Rodriguez: Services boosted Mexico economic growth in 40
Rodriguez: Services boosted Mexico economic growth in 40
Services Sector Drives Mexico’s Economic Growth Amid Trade Uncertainty
Mexico’s services sector emerged as the primary driver of economic growth in the first half of 2025, contributing significantly to a 1.8% annual GDP expansion, according to recent data. This outperformed expectations of a potential recession, though the outlook for the remainder of the year remains cautious, with a projected 0.7% real GDP growth for 2025.

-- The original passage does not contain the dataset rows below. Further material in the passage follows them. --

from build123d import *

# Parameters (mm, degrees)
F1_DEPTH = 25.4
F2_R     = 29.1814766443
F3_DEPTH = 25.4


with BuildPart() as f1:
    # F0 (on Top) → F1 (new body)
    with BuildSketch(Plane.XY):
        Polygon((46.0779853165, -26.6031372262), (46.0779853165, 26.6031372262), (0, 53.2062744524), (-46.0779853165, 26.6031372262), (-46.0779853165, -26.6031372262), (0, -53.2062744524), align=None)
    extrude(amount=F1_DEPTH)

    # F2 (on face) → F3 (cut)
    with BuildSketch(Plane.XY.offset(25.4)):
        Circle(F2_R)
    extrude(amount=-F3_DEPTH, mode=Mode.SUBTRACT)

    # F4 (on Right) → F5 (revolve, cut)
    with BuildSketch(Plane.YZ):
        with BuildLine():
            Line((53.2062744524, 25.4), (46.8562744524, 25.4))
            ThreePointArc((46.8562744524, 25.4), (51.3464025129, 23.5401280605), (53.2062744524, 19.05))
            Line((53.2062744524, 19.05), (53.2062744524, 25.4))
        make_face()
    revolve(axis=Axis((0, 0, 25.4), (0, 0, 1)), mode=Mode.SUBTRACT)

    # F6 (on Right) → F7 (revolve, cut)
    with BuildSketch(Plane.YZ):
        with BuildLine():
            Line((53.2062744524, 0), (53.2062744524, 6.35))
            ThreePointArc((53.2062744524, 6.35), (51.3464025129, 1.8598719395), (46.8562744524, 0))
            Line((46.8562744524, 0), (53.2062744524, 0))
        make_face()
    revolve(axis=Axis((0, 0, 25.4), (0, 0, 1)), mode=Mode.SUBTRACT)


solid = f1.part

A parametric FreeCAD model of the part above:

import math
import FreeCAD as App
import Part
import Sketcher
Q = App.Units.Quantity


def add_polygon(sketch, points):
    """Adds a closed chain of lines whose ends are joined by coincident constraints."""
    first, n = sketch.GeometryCount, len(points)
    for a, b in zip(points, points[1:] + points[:1]):
        sketch.addGeometry(Part.LineSegment(App.Vector(*a, 0), App.Vector(*b, 0)), False)
    for i in range(n):
        sketch.addConstraint(Sketcher.Constraint("Coincident", first + i, 2, first + (i + 1) % n, 1))

doc = App.newDocument("Part")
body = doc.addObject("PartDesign::Body", "Body")

sketch1 = body.newObject("Sketcher::SketchObject", "Sketch")
sketch1.AttachmentSupport = (doc.getObject("XY_Plane"), [""])
sketch1.MapMode = "FlatFace"
add_polygon(sketch1, [(46.077985, -26.603137), (46.077985, 26.603137), (0, 53.206274), (-46.077985, 26.603137), (-46.077985, -26.603137), (0, -53.206274)])
sketch1.addConstraint([
    Sketcher.Constraint("Vertical", 0),
    Sketcher.Constraint("Vertical", 3),
    Sketcher.Constraint("Symmetric", 0, 2, 3, 2, -1, 1),
    Sketcher.Constraint("Symmetric", 1, 2, 4, 2, -1, 1),
    Sketcher.Constraint("PointOnObject", 1, 2, -2),
    Sketcher.Constraint("Parallel", 2, 5),
    Sketcher.Constraint("Horizontal", 0, 2, 2, 2),
    Sketcher.Constraint("Angle", 1, Q("150 deg")),
    Sketcher.Constraint("DistanceY", 0, 1, 0, 2, 53.206274),
    Sketcher.Constraint("DistanceX", 2, 2, 0, 2, 92.155971),
])
pad1 = body.newObject("PartDesign::Pad", "Pad")
pad1.Profile = sketch1
pad1.Length = Q("1 in")

sketch2 = body.newObject("Sketcher::SketchObject", "Sketch001")
sketch2.AttachmentSupport = (doc.getObject("XY_Plane"), [""])
sketch2.MapMode = "FlatFace"
sketch2.AttachmentOffset = App.Placement(App.Vector(0, 0, 1 * 25.4), App.Rotation())
sketch2.addGeometry(Part.Circle(App.Vector(0, 0, 0), App.Vector(0, 0, 1), 29.181477), False)
sketch2.addConstraint([
    Sketcher.Constraint("Coincident", 0, 3, -1, 1),
    Sketcher.Constraint("Diameter", 0, 58.362953),
])
pocket1 = body.newObject("PartDesign::Pocket", "Pocket")
pocket1.Profile = sketch2
pocket1.Length = Q("1 in")

sketch3 = body.newObject("Sketcher::SketchObject", "Sketch002")
sketch3.AttachmentSupport = (doc.getObject("YZ_Plane"), [""])
sketch3.MapMode = "FlatFace"
sketch3.addGeometry([
    Part.LineSegment(App.Vector(53.206274, 25.4, 0), App.Vector(46.856274, 25.4, 0)),
    Part.ArcOfCircle(Part.Circle(App.Vector(46.856274, 19.05, 0), App.Vector(0, 0, 1), 6.35), math.radians(0), math.radians(90)),
    Part.LineSegment(App.Vector(53.206274, 19.05, 0), App.Vector(53.206274, 25.4, 0)),
], False)
sketch3.addConstraint([
    Sketcher.Constraint("Tangent", 0, 2, 1, 2),
    Sketcher.Constraint("Tangent", 1, 1, 2, 1),
    Sketcher.Constraint("Coincident", 2, 2, 0, 1),
    Sketcher.Constraint("Horizontal", 0),
    Sketcher.Constraint("Vertical", 2),
    Sketcher.Constraint("Radius", 1, Q("0.25 in")),
    Sketcher.Constraint("DistanceY", -1, 1, 0, 2, Q("1 in")),
    Sketcher.Constraint("DistanceX", -1, 1, 1, 3, 46.856274),
])
groove = body.newObject("PartDesign::Groove", "Groove")
groove.Profile = sketch3
groove.ReferenceAxis = (sketch3, ["V_Axis"])
groove.Angle = 360

sketch4 = body.newObject("Sketcher::SketchObject", "Sketch003")
sketch4.AttachmentSupport = (doc.getObject("YZ_Plane"), [""])
sketch4.MapMode = "FlatFace"
sketch4.addGeometry([
    Part.LineSegment(App.Vector(53.206274, 0, 0), App.Vector(53.206274, 6.35, 0)),
    Part.ArcOfCircle(Part.Circle(App.Vector(46.856274, 6.35, 0), App.Vector(0, 0, 1), 6.35), math.radians(-90), math.radians(0)),
    Part.LineSegment(App.Vector(46.856274, 0, 0), App.Vector(53.206274, 0, 0)),
], False)
sketch4.addConstraint([
    Sketcher.Constraint("Tangent", 0, 2, 1, 2),
    Sketcher.Constraint("Tangent", 1, 1, 2, 1),
    Sketcher.Constraint("Coincident", 2, 2, 0, 1),
    Sketcher.Constraint("Vertical", 0),
    Sketcher.Constraint("Horizontal", 2),
    Sketcher.Constraint("PointOnObject", 1, 1, -1),
    Sketcher.Constraint("Radius", 1, Q("0.25 in")),
    Sketcher.Constraint("DistanceX", -1, 1, 1, 3, 46.856274),
])
groove2 = body.newObject("PartDesign::Groove", "Groove001")
groove2.Profile = sketch4
groove2.ReferenceAxis = (sketch4, ["V_Axis"])
groove2.Angle = 360

doc.recompute()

The services sector’s resilience was fueled by robust performance in retail, professional and technical services, real estate, and business management. These subsectors offset weaknesses in manufacturing and energy, which faced headwinds from trade policy uncertainty and declining oil production. Mexico’s external sector, particularly exports, also played a critical role, with net exports contributing 3.6 percentage points to GDP growth. This surge was partly attributed to firms front-loading shipments to avoid anticipated U.S. tariffs, as the U.S. extended a 90-day reprieve on duties for USMCA-compliant goods.
Despite the services-led rebound, structural challenges persist. High interest rates (7.50% policy rate), inflation (core CPI at 4.2%), and weak wage growth have dampened consumption and investment. Public investment has also declined, with the completion of major projects like the Tren Maya railroad reducing fiscal stimulus. Meanwhile, Mexico’s energy sector continues to drag on growth, with Pemex’s financial struggles and declining crude output exacerbating economic pressures.
Trade dynamics remain pivotal. Mexico’s $635.7 billion in first-half trade (up 3.0% year-over-year) reflects deep integration with the U.S., though intra-industry trade ties and potential tariff hikes under USMCA renegotiations introduce uncertainty. Analysts note that Mexico’s geographic proximity and labor advantages position it as a key player in North American supply chains, but fiscal discipline and structural reforms—such as improving electricity access and reducing corruption—will be critical to sustaining growth.
For investors, Mexico’s services-driven recovery highlights opportunities in resilient sectors, though risks from trade policy shifts and domestic structural bottlenecks warrant close monitoring. The central bank’s recent rate cuts and efforts to stabilize public finances suggest a focus on long-term stability, even as near-term growth remains fragile.